Comments

Jsnkc wrote on 4/7/2003, 3:56 PM
IF you got the money to burn I would have to reccomend getting a Canopus Amber
MPEG-2 capture card. IT will run you about $1750-$2000 but it will give you great results!
Monkey wrote on 4/7/2003, 4:39 PM
I think this is the worst problem with DVDA. Don't get me wrong, I have been an advocate for SF products for several years and have done a lot of professional, nice paying jobs using their softwaere. But when it comes to DVDA being professional, 4 to 7 hours just doesn't cut it in the pro world. I hope and pray they are working on a way to speed of the process.
pb wrote on 4/7/2003, 10:05 PM
The el cheapo Dazzle Digital Video Creator works just fine, at least the PCI version does. We use three of them and have had no problems nor any complaints. Sometimes it is challenging to get the device to acknowledge a video signal but not very often. I went from an Optibase MPEG1 encoder to the dazzle that cost about 2.5% as much and truly see no difference in quality as viewed on good monitors. You can spend more but why?

Peter
ll600 wrote on 4/8/2003, 12:42 AM
Although I work mostly in DV for serious things, for certain TV shows I use a Pinnacle PCTV Deluxe, which has an on the fly MPEG2 encoder. It also has a built in TV tuner and comes with a remote control, all for $150 bucks! It's an external box that connects to your PC with a USB 2.0 connection (it can be used with USB 1, but doesn't produce the highest quality). It also has analog inputs (vhs and super-vhs).
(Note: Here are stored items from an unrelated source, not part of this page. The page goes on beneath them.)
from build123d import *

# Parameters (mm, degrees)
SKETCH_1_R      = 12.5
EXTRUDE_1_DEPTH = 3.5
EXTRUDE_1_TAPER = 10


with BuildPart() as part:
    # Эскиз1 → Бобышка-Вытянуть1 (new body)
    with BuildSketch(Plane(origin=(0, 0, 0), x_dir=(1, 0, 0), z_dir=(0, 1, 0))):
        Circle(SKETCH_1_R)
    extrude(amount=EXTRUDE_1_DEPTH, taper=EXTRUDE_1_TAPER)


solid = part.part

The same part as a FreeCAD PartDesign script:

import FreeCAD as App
import Part
import Sketcher
from FreeCAD import Vector

doc = App.newDocument("Part")
params = doc.addObject("Spreadsheet::Sheet", "Params")
for row, (alias, value) in enumerate([
    ("sketch1_diameter", "25 mm"),
    ("pad1_length", "3.5 mm"),
    ("pad1_taper", "-10 deg"),
], start=1):
    params.set(f"A{row}", alias)
    params.set(f"B{row}", "=" + value)
    params.setAlias(f"B{row}", alias)

body = doc.addObject("PartDesign::Body", "Body")

# Sketch on XZ plane
sketch1 = body.newObject("Sketcher::SketchObject", "Sketch")
sketch1.AttachmentSupport = (doc.getObject("XZ_Plane"), [""])
sketch1.MapMode = "FlatFace"
sketch1.addGeometry(Part.Circle(Vector(0, 0, 0), Vector(0, 0, 1), 12), False)
sketch1.addConstraint([
    Sketcher.Constraint("Coincident", 0, 3, -1, 1),
    Sketcher.Constraint("Diameter", 0, 25.0),
])
sketch1.setExpression("Constraints[1]", "Params.sketch1_diameter")
pad1 = body.newObject("PartDesign::Pad", "Pad")
pad1.Profile = sketch1
pad1.setExpression("Length", "Params.pad1_length")
pad1.Reversed = True
pad1.setExpression("TaperAngle", "Params.pad1_taper")

doc.recompute()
I mostly use it to watch TV while I work, and it works great for this. It also has many of the TIVO features (like pause live tv and digital vcr). But to get back on topic, the quality of the MPEG translation is quite adequate for certain programs, especially considering the price - and no waiting for rendering.
RixWare wrote on 4/9/2003, 1:28 PM
Thanks for the suggestions!

pb, does the Dazzle card offer control over bitrate and CBR/VBR settings? Any other adjustable controls? And do you know if it will work with the SF Video Capture utility?

+
Kathy wrote on 7/10/2005, 1:27 PM
I have a pinnacle PCTV deluxe. Have you tried to capture using Vegas? Also, have you rendered a MPEG-2 from pinnacle using DVD architect. When I render a movie the audio is out of sync with the video. I am using the latest versions of Vegas and DVD3.
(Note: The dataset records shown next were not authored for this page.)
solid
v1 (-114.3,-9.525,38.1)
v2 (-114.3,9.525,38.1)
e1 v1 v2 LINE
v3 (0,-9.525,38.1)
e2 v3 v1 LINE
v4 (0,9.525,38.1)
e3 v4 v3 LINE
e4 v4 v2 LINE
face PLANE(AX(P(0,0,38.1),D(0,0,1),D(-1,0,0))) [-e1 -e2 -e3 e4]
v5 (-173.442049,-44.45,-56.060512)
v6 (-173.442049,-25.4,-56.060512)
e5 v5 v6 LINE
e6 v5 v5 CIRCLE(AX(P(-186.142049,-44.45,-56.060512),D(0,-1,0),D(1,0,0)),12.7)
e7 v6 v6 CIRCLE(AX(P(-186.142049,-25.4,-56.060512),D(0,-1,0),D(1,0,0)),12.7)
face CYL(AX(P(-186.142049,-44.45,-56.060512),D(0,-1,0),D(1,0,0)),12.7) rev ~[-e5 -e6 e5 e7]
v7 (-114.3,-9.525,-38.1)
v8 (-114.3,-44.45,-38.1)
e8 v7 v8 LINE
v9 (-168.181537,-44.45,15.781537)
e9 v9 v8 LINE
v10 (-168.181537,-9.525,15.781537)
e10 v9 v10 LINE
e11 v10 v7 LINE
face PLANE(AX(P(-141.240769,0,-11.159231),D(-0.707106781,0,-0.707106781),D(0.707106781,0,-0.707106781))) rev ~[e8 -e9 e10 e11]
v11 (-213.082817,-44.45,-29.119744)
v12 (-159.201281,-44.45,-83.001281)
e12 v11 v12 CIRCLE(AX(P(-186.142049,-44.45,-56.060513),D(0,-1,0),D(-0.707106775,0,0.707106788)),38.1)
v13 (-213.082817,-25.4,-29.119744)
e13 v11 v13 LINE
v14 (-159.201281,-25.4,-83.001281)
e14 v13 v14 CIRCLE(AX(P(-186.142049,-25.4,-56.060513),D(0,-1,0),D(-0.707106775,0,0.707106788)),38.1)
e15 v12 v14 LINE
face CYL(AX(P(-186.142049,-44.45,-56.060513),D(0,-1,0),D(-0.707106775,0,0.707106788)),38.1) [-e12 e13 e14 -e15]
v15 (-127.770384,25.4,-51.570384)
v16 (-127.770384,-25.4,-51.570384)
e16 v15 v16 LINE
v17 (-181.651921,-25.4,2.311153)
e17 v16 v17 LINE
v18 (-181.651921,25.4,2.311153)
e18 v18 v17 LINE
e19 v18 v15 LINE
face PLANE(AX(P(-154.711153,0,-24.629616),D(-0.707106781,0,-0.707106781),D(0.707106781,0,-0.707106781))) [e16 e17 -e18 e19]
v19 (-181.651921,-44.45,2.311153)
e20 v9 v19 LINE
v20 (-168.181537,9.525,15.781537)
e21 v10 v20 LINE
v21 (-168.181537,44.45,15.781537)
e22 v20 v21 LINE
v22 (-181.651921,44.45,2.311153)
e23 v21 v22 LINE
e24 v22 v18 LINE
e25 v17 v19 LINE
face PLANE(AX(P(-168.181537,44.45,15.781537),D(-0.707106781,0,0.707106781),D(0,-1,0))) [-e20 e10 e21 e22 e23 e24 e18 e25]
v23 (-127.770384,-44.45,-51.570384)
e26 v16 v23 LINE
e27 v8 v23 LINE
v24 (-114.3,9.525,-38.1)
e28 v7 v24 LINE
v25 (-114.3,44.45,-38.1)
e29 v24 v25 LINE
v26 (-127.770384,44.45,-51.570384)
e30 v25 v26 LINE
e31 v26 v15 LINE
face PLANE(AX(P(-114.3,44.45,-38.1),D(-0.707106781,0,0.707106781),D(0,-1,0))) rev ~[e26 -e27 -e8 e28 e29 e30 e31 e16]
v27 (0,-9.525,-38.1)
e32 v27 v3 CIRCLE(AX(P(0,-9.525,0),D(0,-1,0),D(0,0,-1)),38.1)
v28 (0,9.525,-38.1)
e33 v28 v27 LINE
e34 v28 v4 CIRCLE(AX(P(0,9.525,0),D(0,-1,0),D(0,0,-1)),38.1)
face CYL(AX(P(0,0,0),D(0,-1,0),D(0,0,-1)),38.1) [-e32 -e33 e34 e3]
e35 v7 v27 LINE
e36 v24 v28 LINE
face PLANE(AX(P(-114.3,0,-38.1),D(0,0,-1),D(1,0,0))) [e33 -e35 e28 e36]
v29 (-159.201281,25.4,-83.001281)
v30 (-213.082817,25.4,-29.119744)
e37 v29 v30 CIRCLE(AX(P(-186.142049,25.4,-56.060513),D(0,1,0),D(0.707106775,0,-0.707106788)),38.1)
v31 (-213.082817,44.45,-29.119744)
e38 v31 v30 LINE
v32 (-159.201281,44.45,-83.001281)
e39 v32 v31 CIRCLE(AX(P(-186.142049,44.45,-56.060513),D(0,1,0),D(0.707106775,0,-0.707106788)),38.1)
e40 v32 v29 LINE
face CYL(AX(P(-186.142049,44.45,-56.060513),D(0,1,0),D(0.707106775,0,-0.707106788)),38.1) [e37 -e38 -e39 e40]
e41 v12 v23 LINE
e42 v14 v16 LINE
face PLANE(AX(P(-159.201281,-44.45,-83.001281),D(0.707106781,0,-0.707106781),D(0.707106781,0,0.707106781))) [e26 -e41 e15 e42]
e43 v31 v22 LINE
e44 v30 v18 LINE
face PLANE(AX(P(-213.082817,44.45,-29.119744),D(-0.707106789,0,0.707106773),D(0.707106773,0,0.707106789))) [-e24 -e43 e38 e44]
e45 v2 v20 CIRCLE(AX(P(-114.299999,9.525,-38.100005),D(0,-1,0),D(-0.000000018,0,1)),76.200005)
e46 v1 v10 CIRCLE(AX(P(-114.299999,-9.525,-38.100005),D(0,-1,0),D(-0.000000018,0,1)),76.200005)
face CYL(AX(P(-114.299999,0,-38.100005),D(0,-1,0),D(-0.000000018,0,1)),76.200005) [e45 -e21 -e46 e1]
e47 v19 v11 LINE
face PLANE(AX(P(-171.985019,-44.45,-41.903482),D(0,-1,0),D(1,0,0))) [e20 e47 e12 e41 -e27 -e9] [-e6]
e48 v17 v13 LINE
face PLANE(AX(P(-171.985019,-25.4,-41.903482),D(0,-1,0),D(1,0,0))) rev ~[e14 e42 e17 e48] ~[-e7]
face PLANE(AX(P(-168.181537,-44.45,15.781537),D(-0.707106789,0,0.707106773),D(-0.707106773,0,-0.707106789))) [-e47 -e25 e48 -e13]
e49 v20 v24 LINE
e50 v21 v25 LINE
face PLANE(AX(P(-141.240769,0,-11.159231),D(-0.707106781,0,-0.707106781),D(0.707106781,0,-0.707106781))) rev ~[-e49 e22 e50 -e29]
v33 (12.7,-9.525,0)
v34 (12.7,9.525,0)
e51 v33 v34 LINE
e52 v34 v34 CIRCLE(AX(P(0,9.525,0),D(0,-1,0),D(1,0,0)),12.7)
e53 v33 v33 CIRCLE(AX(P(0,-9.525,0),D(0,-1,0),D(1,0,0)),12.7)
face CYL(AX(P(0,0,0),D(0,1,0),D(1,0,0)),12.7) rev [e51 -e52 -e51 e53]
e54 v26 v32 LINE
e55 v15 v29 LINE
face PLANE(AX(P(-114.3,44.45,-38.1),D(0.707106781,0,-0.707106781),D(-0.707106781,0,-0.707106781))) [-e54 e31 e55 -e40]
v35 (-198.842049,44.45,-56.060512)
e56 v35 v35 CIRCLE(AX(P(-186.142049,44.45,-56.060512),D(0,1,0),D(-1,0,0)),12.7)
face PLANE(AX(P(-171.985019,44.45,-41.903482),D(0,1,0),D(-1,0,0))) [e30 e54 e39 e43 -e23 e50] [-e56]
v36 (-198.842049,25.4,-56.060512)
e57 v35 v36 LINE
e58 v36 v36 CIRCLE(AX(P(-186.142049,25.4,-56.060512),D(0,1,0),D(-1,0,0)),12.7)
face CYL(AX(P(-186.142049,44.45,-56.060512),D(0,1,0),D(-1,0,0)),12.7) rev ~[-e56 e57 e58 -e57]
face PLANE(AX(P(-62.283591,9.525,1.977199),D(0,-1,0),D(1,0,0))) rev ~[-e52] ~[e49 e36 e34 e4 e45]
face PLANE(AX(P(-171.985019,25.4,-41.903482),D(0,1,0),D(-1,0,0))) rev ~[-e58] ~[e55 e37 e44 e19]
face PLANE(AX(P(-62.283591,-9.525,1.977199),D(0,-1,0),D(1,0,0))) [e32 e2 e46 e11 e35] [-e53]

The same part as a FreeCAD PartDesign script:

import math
import FreeCAD as App
import Part
import Sketcher
from FreeCAD import Vector
Q = App.Units.Quantity


def add_polygon(sketch, points):
    """Adds a closed chain of lines whose ends are joined by coincident constraints."""
    first, n = sketch.GeometryCount, len(points)
    for a, b in zip(points, points[1:] + points[:1]):
        sketch.addGeometry(Part.LineSegment(App.Vector(*a, 0), App.Vector(*b, 0)), False)
    for i in range(n):
        sketch.addConstraint(Sketcher.Constraint("Coincident", first + i, 2, first + (i + 1) % n, 1))

doc = App.newDocument("Part")
body = doc.addObject("PartDesign::Body", "Body")

# Sketch on XZ plane
sketch1 = doc.addObject("Sketcher::SketchObject", "Sketch")
body.addObject(sketch1)
sketch1.AttachmentSupport = (doc.XZ_Plane, [""])
sketch1.MapMode = "FlatFace"
sketch1.addGeometry([
    Part.LineSegment(Vector(-114, -38, 0), Vector(0, -38, 0)),  # 0
    Part.ArcOfCircle(Part.Circle(Vector(0, 0, 0), Vector(0, 0, 1), 38), math.radians(-90), math.radians(90)),  # 1
    Part.LineSegment(Vector(0, 38, 0), Vector(-114, 38, 0)),  # 2
    Part.ArcOfCircle(Part.Circle(Vector(-114, -38, 0), Vector(0, 0, 1), 76), math.radians(90), math.radians(135)),  # 3
    Part.LineSegment(Vector(-168, 16, 0), Vector(-114, -38, 0)),  # 4
    Part.Circle(Vector(0, 0, 0), Vector(0, 0, 1), 13),  # 5
], False)
sketch1.addConstraint([
    Sketcher.Constraint("Tangent", 0, 2, 1, 1),
    Sketcher.Constraint("Tangent", 1, 2, 2, 1),
    Sketcher.Constraint("Tangent", 2, 2, 3, 1),
    Sketcher.Constraint("Coincident", 3, 2, 4, 1),
    Sketcher.Constraint("Coincident", 4, 2, 0, 1),
    Sketcher.Constraint("Horizontal", 0),
    Sketcher.Constraint("Horizontal", 2),
    Sketcher.Constraint("Coincident", 1, 3, -1, 1),
    Sketcher.Constraint("Coincident", 5, 3, -1, 1),
    Sketcher.Constraint("Coincident", 4, 2, 3, 3),
    Sketcher.Constraint("Diameter", 5, Q("1 in")),
    Sketcher.Constraint("Radius", 3, Q("3.0000002 in")),
    Sketcher.Constraint("DistanceX", 0, 1, 0, 2, Q("4.5 in")),
    Sketcher.Constraint("Angle", 4, Q("-45 deg")),
])
pad1 = doc.addObject("PartDesign::Pad", "Pad")
body.addObject(pad1)
pad1.Profile = sketch1
pad1.Length = Q("0.75 in")
pad1.Midplane = True

# Sketch on an angled plane
sketch2 = doc.addObject("Sketcher::SketchObject", "Sketch001")
body.addObject(sketch2)
sketch2.Placement = App.Placement(Vector(-76.2, 0, -76.2), App.Rotation(Vector(0.707106781, 0, -0.707106781), Vector(0, -0.999999999, 0), Vector(-0.707106781, 0, -0.707106781), "ZXY"))
add_polygon(sketch2, [(-130, 44), (-130, -44), (-54, -44), (-54, 44)])  # lines 0-3
sketch2.addConstraint([
    Sketcher.Constraint("Vertical", 0),
    Sketcher.Constraint("Horizontal", 1),
    Sketcher.Constraint("Vertical", 2),
    Sketcher.Constraint("Horizontal", 3),
    Sketcher.Constraint("DistanceX", 1, 1, 1, 2, Q("3 in")),
    Sketcher.Constraint("DistanceY", 0, 2, 0, 1, Q("3.5 in")),
    Sketcher.Constraint("DistanceY", 0, 2, -1, 1, Q("1.75 in")),
    Sketcher.Constraint("DistanceX", 0, 2, -1, 1, 130.081537),
])
pad2 = doc.addObject("PartDesign::Pad", "Pad001")
body.addObject(pad2)
pad2.Profile = sketch2
pad2.Length = Q("0.75 in")

# Sketch on XZ plane
sketch3 = doc.addObject("Sketcher::SketchObject", "Sketch002")
body.addObject(sketch3)
sketch3.AttachmentSupport = (doc.XZ_Plane, [""])
sketch3.MapMode = "FlatFace"
sketch3.AttachmentOffset = App.Placement(Vector(0, 0, 1.75 * 25.4), App.Rotation())
sketch3.addGeometry([
    Part.ArcOfCircle(Part.Circle(Vector(-186, -56, 0), Vector(0, 0, 1), 38), math.radians(135), math.radians(315)),  # 0
    Part.LineSegment(Vector(-159, -83, 0), Vector(-114, -38, 0)),  # 1
    Part.LineSegment(Vector(-114, -38, 0), Vector(-168, 16, 0)),  # 2
    Part.LineSegment(Vector(-168, 16, 0), Vector(-213, -29, 0)),  # 3
    Part.Circle(Vector(-186, -56, 0), Vector(0, 0, 1), 13),  # 4
], False)
sketch3.addConstraint([
    Sketcher.Constraint("Tangent", 0, 2, 1, 1),
    Sketcher.Constraint("Coincident", 1, 2, 2, 1),
    Sketcher.Constraint("Coincident", 2, 2, 3, 1),
    Sketcher.Constraint("Tangent", 3, 2, 0, 1),
    Sketcher.Constraint("Coincident", 4, 3, 0, 3),
    Sketcher.Constraint("Perpendicular", 1, 2),
    Sketcher.Constraint("Perpendicular", 2, 3),
    Sketcher.Constraint("Diameter", 4, Q("1 in")),
    Sketcher.Constraint("Radius", 0, Q("1.5 in")),
    Sketcher.Constraint("Angle", 1, Q("45 deg")),
    Sketcher.Constraint("Distance", 1, Q("2.5 in")),
    Sketcher.Constraint("DistanceX", 1, 2, -1, 1, Q("4.5 in")),
    Sketcher.Constraint("DistanceY", 1, 2, -1, 1, Q("1.5 in")),
])
pad3 = doc.addObject("PartDesign::Pad", "Pad002")
body.addObject(pad3)
pad3.Profile = sketch3
pad3.Length = Q("0.75 in")
pad3.Reversed = True

# Sketch on XZ plane
sketch4 = doc.addObject("Sketcher::SketchObject", "Sketch003")
body.addObject(sketch4)
sketch4.AttachmentSupport = (doc.XZ_Plane, [""])
sketch4.MapMode = "FlatFace"
sketch4.AttachmentOffset = App.Placement(Vector(0, 0, -1.75 * 25.4), App.Rotation())
sketch4.addGeometry([
    Part.LineSegment(Vector(-213, -29, 0), Vector(-168, 16, 0)),  # 0
    Part.LineSegment(Vector(-168, 16, 0), Vector(-114, -38, 0)),  # 1
    Part.LineSegment(Vector(-114, -38, 0), Vector(-159, -83, 0)),  # 2
    Part.ArcOfCircle(Part.Circle(Vector(-186, -56, 0), Vector(0, 0, 1), 38), math.radians(135), math.radians(315)),  # 3
    Part.Circle(Vector(-186, -56, 0), Vector(0, 0, 1), 13),  # 4
], False)
sketch4.addConstraint([
    Sketcher.Constraint("Coincident", 0, 2, 1, 1),
    Sketcher.Constraint("Coincident", 1, 2, 2, 1),
    Sketcher.Constraint("Tangent", 2, 2, 3, 2),
    Sketcher.Constraint("Tangent", 3, 1, 0, 1),
    Sketcher.Constraint("Coincident", 4, 3, 3, 3),
    Sketcher.Constraint("Perpendicular", 0, 1),
    Sketcher.Constraint("Perpendicular", 1, 2),
    Sketcher.Constraint("Diameter", 4, Q("1 in")),
    Sketcher.Constraint("Radius", 3, Q("1.5 in")),
    Sketcher.Constraint("Angle", 0, Q("45.000001 deg")),
    Sketcher.Constraint("Distance", 0, Q("2.5 in")),
    Sketcher.Constraint("DistanceX", 1, 2, -1, 1, Q("4.5 in")),
    Sketcher.Constraint("DistanceY", 1, 2, -1, 1, Q("1.5 in")),
])
pad4 = doc.addObject("PartDesign::Pad", "Pad003")
body.addObject(pad4)
pad4.Profile = sketch4
pad4.Length = Q("0.75 in")

doc.recompute()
Thank you for any information you have with this product.

Kathy
AZEdit wrote on 7/10/2005, 1:55 PM
If you are looking for some nice hardware MPG encoders- look to Sonic Solutions...they have 3 flavors from SD-500, SD-1000 and the SD-2000. The main issue is price- it's gonna cost you plenty and in the thousands....
TheHappyFriar wrote on 7/10/2005, 2:26 PM
I've got an ATI AIW card. I captured from DVCPro to this via s-video &, honestly, I couldn't tell the difference between a 6mbs DVD & a DVCPro. Everything from fades to fast motion looks good.

It's a video card though, so if you have a good multi-monitor card then you'd want it i na seperate computer, which you may not want to do. I've got the AIW 9600 & it supports duel monitors.

You can adjust the bitrate, motion compensation, frame size, frame rate, etc. Pretty much evreything you can change when encoding in Vegas. You need to use the ATI capture program though, but it's not hard. It's got a timed mode so you can capture certain lengths.

One problem though (not with the card). When you put mpeg's into DVDA you can't trim them. You can tell it not to display certain portions, but it won't trim the actual file. So, if you captured 3 hours worth but only wanted to put 1 hour on the DVD, ony 1 hour will show up but all 3 hours will be burned. You'll need something like TMPGeng to get around this.
farss wrote on 7/10/2005, 4:12 PM
ADS have a mpeg-2 encoder box that has firewire in. I'm told you can PTT out of Vegas to it and capture back in in RT or something like that.
Still very good mpeg-2 encoding does take time and heaps of calcs. I guess it's a question of how important qulaity is to you. If you've got bitrate to burn probably not an issue but if you want Hollywood quality at 4 Mb/sec be prepared to spend big and be very patient
Xander wrote on 7/10/2005, 6:40 PM
I agree. Render times are a pain in the butt. A lot of playback software uses the video card to accelerate decoding - providing it is a good one. Would be nice if it could be used for encoding as well - just a thought.